[Opening Provided records section]
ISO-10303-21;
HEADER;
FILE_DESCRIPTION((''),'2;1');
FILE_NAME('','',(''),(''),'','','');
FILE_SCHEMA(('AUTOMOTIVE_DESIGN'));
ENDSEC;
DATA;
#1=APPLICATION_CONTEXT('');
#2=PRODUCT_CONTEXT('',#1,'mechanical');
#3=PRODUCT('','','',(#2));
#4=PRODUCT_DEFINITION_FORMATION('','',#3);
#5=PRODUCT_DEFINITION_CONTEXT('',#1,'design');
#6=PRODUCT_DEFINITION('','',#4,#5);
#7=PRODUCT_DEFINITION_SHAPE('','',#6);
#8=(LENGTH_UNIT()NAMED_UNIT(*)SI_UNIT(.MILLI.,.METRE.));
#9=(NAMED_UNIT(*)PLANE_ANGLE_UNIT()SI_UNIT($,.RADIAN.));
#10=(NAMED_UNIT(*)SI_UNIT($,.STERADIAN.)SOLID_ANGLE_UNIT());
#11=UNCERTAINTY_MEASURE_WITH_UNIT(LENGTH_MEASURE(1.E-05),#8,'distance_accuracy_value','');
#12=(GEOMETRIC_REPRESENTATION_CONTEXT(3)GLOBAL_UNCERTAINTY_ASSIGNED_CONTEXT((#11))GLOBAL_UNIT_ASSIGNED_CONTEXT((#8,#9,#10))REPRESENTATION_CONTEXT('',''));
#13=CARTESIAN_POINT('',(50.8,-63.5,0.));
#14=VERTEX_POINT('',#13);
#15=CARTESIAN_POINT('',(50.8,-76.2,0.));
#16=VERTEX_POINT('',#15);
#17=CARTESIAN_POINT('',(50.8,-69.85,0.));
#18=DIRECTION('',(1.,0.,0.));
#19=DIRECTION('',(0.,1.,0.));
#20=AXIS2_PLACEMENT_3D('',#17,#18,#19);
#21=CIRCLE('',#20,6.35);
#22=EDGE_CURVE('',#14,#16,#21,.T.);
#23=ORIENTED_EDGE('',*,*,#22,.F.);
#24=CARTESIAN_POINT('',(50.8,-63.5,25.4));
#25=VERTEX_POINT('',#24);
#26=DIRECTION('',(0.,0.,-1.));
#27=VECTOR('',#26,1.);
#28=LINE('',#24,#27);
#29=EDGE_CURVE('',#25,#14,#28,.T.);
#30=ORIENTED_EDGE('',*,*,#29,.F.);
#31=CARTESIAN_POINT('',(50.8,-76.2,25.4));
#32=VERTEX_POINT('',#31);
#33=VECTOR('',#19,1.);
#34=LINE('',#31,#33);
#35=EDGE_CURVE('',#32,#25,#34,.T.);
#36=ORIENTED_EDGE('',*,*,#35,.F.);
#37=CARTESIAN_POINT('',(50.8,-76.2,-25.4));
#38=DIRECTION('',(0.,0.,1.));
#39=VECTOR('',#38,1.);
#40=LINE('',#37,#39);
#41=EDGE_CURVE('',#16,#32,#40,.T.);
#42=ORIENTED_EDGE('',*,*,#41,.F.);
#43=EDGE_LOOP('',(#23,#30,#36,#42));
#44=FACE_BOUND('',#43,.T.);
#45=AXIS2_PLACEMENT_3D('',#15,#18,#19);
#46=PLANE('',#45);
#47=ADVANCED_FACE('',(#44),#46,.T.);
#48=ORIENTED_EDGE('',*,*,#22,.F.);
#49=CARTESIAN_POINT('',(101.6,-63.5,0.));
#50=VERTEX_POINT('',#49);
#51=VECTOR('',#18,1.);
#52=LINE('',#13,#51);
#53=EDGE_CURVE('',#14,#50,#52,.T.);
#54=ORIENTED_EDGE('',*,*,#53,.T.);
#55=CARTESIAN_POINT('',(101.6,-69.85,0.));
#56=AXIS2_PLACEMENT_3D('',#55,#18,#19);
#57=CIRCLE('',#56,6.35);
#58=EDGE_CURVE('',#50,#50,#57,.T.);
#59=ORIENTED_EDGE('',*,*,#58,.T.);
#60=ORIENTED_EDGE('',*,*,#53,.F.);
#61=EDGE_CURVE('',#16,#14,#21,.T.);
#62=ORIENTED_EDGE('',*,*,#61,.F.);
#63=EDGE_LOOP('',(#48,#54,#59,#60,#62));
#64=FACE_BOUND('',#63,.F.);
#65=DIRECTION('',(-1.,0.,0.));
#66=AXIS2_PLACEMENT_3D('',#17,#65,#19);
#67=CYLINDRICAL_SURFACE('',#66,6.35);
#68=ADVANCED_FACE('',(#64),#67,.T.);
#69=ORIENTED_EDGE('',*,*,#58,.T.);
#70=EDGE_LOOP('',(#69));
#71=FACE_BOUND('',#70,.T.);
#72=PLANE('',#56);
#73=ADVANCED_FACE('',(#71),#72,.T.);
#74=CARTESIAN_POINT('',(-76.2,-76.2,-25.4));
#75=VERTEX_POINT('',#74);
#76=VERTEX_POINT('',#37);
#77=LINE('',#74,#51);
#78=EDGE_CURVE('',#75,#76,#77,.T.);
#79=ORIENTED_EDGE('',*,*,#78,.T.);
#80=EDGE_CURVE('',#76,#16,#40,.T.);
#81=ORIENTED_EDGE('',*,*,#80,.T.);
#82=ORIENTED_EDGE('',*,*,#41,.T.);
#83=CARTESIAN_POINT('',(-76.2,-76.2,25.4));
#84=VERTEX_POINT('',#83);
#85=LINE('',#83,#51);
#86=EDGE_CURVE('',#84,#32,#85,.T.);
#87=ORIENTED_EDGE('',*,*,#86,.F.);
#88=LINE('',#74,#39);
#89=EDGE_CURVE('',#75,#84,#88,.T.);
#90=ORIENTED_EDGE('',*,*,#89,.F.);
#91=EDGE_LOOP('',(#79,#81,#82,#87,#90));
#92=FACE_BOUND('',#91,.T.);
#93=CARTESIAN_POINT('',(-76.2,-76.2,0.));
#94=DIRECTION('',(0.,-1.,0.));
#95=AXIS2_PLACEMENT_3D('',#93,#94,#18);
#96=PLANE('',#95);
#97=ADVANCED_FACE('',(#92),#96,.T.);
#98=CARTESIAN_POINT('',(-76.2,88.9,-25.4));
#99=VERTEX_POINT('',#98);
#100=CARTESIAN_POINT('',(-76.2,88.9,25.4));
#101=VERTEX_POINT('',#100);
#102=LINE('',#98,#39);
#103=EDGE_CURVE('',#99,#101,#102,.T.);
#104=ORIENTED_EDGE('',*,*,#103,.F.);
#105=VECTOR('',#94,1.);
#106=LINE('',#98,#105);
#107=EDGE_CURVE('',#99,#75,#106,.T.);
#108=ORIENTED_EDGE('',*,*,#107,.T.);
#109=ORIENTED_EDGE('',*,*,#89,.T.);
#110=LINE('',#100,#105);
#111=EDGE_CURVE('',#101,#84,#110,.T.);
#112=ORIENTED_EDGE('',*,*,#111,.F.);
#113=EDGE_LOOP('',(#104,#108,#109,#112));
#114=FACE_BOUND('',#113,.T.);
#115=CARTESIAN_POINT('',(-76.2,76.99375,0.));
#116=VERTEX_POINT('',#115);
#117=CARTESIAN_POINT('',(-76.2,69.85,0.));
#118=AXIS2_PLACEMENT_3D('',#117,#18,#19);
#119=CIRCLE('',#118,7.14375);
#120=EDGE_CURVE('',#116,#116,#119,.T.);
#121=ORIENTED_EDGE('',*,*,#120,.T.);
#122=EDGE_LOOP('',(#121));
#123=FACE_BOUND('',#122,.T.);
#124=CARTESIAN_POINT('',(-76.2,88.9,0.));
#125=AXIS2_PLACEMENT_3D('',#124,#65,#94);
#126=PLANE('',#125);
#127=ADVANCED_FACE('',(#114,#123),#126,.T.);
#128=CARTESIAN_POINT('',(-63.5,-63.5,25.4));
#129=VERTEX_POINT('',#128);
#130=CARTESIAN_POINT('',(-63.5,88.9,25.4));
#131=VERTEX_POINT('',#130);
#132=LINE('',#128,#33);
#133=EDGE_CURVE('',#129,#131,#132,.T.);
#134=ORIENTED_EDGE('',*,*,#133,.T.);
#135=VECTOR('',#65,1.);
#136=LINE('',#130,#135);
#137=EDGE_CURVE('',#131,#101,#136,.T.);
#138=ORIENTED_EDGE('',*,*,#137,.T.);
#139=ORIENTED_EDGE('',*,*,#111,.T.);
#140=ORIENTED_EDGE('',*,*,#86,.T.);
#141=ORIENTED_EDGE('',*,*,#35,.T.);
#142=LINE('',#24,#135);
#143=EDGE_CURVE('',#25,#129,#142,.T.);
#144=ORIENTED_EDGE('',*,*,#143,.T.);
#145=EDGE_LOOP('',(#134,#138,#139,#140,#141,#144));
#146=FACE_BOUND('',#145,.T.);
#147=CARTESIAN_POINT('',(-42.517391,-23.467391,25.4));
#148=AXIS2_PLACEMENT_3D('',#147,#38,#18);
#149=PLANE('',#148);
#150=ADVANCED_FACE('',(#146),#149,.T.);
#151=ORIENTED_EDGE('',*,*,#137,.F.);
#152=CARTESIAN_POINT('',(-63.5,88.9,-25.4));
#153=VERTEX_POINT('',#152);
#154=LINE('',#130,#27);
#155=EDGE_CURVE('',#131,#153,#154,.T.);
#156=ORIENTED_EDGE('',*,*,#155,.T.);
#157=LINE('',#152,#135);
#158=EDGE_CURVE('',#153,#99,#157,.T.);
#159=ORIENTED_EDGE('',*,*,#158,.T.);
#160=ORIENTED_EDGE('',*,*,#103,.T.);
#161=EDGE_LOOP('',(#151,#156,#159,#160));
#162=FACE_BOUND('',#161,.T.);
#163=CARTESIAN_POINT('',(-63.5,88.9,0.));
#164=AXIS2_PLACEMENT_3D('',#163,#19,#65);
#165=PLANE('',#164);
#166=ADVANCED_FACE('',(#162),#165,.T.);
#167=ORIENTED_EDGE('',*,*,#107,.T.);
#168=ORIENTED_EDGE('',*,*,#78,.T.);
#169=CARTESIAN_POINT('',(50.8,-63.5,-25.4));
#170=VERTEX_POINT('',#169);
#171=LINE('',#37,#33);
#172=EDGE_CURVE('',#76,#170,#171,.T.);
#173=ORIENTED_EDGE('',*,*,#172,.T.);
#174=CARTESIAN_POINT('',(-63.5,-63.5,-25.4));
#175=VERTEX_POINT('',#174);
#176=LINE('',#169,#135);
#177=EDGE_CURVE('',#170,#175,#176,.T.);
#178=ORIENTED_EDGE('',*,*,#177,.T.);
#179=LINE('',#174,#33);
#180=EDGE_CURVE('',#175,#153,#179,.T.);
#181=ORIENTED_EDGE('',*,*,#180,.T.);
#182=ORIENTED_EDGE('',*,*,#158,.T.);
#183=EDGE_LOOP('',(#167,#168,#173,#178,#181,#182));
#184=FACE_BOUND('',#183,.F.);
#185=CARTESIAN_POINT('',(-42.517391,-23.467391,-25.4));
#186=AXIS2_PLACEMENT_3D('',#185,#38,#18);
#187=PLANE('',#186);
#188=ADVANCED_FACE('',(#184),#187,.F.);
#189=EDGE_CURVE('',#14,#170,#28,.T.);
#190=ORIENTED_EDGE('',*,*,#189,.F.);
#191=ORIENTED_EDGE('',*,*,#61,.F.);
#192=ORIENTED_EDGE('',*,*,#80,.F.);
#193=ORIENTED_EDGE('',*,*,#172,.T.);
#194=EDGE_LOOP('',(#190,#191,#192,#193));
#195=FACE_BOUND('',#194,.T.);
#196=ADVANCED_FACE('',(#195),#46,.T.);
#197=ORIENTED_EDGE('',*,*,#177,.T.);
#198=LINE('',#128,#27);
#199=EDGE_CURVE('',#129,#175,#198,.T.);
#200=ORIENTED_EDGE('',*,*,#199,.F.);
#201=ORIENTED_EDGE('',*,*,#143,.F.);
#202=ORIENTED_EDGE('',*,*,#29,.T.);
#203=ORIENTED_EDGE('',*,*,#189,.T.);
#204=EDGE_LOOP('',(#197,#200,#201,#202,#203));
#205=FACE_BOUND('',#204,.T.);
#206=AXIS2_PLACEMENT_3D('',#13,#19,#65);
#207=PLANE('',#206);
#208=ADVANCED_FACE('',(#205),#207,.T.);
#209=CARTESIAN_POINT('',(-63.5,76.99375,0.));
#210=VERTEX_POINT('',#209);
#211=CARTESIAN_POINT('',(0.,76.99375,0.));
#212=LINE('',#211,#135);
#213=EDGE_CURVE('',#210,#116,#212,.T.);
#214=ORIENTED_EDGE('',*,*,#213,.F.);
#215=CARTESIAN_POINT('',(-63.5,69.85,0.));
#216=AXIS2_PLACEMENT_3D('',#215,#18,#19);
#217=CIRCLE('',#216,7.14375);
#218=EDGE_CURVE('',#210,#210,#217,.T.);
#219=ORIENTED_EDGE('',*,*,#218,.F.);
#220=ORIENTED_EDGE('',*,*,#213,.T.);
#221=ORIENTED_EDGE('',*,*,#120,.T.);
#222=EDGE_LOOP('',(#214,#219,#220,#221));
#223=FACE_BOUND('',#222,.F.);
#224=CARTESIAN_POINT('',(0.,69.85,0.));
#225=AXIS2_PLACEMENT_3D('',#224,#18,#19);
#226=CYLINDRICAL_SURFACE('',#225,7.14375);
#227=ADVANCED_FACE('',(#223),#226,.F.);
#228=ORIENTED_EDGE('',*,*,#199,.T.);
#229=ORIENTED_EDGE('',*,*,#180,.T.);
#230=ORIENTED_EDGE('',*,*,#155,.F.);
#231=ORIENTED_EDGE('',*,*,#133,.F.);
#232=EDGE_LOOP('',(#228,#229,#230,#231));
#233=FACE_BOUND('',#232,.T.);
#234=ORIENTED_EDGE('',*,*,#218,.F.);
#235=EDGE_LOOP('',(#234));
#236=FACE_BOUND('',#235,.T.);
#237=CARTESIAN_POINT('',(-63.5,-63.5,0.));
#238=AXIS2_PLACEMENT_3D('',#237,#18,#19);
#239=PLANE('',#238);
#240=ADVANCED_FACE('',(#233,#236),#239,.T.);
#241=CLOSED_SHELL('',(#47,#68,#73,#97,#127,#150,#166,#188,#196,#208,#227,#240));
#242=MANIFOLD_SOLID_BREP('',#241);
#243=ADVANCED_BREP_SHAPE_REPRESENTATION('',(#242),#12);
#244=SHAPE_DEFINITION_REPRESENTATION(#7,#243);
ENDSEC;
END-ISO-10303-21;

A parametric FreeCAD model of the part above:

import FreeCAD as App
import Part
import Sketcher

V = App.Vector
Q = App.Units.Quantity

doc = App.newDocument("Part")
body = doc.addObject("PartDesign::Body", "Body")

sketch1 = body.newObject("Sketcher::SketchObject", "Sketch")
sketch1.AttachmentSupport = (doc.getObject("XY_Plane"), [""])
sketch1.MapMode = "FlatFace"
sketch1.addGeometry([
    Part.LineSegment(V(-63.5, 88.9, 0), V(-76.2, 88.9, 0)),
    Part.LineSegment(V(-76.2, 88.9, 0), V(-76.2, -76.2, 0)),
    Part.LineSegment(V(-76.2, -76.2, 0), V(50.8, -76.2, 0)),
    Part.LineSegment(V(50.8, -76.2, 0), V(50.8, -63.5, 0)),
    Part.LineSegment(V(50.8, -63.5, 0), V(-63.5, -63.5, 0)),
    Part.LineSegment(V(-63.5, -63.5, 0), V(-63.5, 88.9, 0)),
], False)
sketch1.addConstraint([
    Sketcher.Constraint("Coincident", 0, 2, 1, 1),
    Sketcher.Constraint("Coincident", 1, 2, 2, 1),
    Sketcher.Constraint("Coincident", 2, 2, 3, 1),
    Sketcher.Constraint("Coincident", 3, 2, 4, 1),
    Sketcher.Constraint("Coincident", 4, 2, 5, 1),
    Sketcher.Constraint("Coincident", 5, 2, 0, 1),
    Sketcher.Constraint("Horizontal", 0),
    Sketcher.Constraint("Vertical", 1),
    Sketcher.Constraint("Horizontal", 2),
    Sketcher.Constraint("Vertical", 3),
    Sketcher.Constraint("Horizontal", 4),
    Sketcher.Constraint("Vertical", 5),
    Sketcher.Constraint("Equal", 0, 3),
    Sketcher.Constraint("DistanceX", 2, 1, 2, 2, Q("5 in")),
    Sketcher.Constraint("DistanceY", 5, 1, 5, 2, Q("6 in")),
    Sketcher.Constraint("DistanceX", 0, 2, 0, 1, Q("0.5 in")),
    Sketcher.Constraint("DistanceX", 0, 2, -1, 1, Q("3 in")),
    Sketcher.Constraint("DistanceY", 1, 2, -1, 1, Q("3 in")),
])
pad1 = body.newObject("PartDesign::Pad", "Pad")
pad1.Profile = sketch1
pad1.Length = Q("2 in")
pad1.Midplane = True

sketch2 = body.newObject("Sketcher::SketchObject", "Sketch001")
sketch2.AttachmentSupport = (doc.getObject("YZ_Plane"), [""])
sketch2.MapMode = "FlatFace"
sketch2.addGeometry(Part.Circle(V(69.85, 0, 0), V(0, 0, 1), 7.14375), False)
sketch2.addConstraint([
    Sketcher.Constraint("PointOnObject", 0, 3, -1),
    Sketcher.Constraint("Diameter", 0, Q("0.5625 in")),
    Sketcher.Constraint("DistanceX", -1, 1, 0, 3, Q("2.75 in")),
])
pocket1 = body.newObject("PartDesign::Pocket", "Pocket")
pocket1.Profile = sketch2
pocket1.Type = "ThroughAll"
[Closing Provided records section]
=== What needs to be done ===
All that belongs in the answer is the run of lines above from the line containing "#94=DIRECTION('',(0.,-1.,0.));" through the line containing "#150=ADVANCED_FACE('',(#146),#149,.T.);", exactly as written.

=== Your response ===
#94=DIRECTION('',(0.,-1.,0.));
#95=AXIS2_PLACEMENT_3D('',#93,#94,#18);
#96=PLANE('',#95);
#97=ADVANCED_FACE('',(#92),#96,.T.);
#98=CARTESIAN_POINT('',(-76.2,88.9,-25.4));
#99=VERTEX_POINT('',#98);
#100=CARTESIAN_POINT('',(-76.2,88.9,25.4));
#101=VERTEX_POINT('',#100);
#102=LINE('',#98,#39);
#103=EDGE_CURVE('',#99,#101,#102,.T.);
#104=ORIENTED_EDGE('',*,*,#103,.F.);
#105=VECTOR('',#94,1.);
#106=LINE('',#98,#105);
#107=EDGE_CURVE('',#99,#75,#106,.T.);
#108=ORIENTED_EDGE('',*,*,#107,.T.);
#109=ORIENTED_EDGE('',*,*,#89,.T.);
#110=LINE('',#100,#105);
#111=EDGE_CURVE('',#101,#84,#110,.T.);
#112=ORIENTED_EDGE('',*,*,#111,.F.);
#113=EDGE_LOOP('',(#104,#108,#109,#112));
#114=FACE_BOUND('',#113,.T.);
#115=CARTESIAN_POINT('',(-76.2,76.99375,0.));
#116=VERTEX_POINT('',#115);
#117=CARTESIAN_POINT('',(-76.2,69.85,0.));
#118=AXIS2_PLACEMENT_3D('',#117,#18,#19);
#119=CIRCLE('',#118,7.14375);
#120=EDGE_CURVE('',#116,#116,#119,.T.);
#121=ORIENTED_EDGE('',*,*,#120,.T.);
#122=EDGE_LOOP('',(#121));
#123=FACE_BOUND('',#122,.T.);
#124=CARTESIAN_POINT('',(-76.2,88.9,0.));
#125=AXIS2_PLACEMENT_3D('',#124,#65,#94);
#126=PLANE('',#125);
#127=ADVANCED_FACE('',(#114,#123),#126,.T.);
#128=CARTESIAN_POINT('',(-63.5,-63.5,25.4));
#129=VERTEX_POINT('',#128);
#130=CARTESIAN_POINT('',(-63.5,88.9,25.4));
#131=VERTEX_POINT('',#130);
#132=LINE('',#128,#33);
#133=EDGE_CURVE('',#129,#131,#132,.T.);
#134=ORIENTED_EDGE('',*,*,#133,.T.);
#135=VECTOR('',#65,1.);
#136=LINE('',#130,#135);
#137=EDGE_CURVE('',#131,#101,#136,.T.);
#138=ORIENTED_EDGE('',*,*,#137,.T.);
#139=ORIENTED_EDGE('',*,*,#111,.T.);
#140=ORIENTED_EDGE('',*,*,#86,.T.);
#141=ORIENTED_EDGE('',*,*,#35,.T.);
#142=LINE('',#24,#135);
#143=EDGE_CURVE('',#25,#129,#142,.T.);
#144=ORIENTED_EDGE('',*,*,#143,.T.);
#145=EDGE_LOOP('',(#134,#138,#139,#140,#141,#144));
#146=FACE_BOUND('',#145,.T.);
#147=CARTESIAN_POINT('',(-42.517391,-23.467391,25.4));
#148=AXIS2_PLACEMENT_3D('',#147,#38,#18);
#149=PLANE('',#148);
#150=ADVANCED_FACE('',(#146),#149,.T.);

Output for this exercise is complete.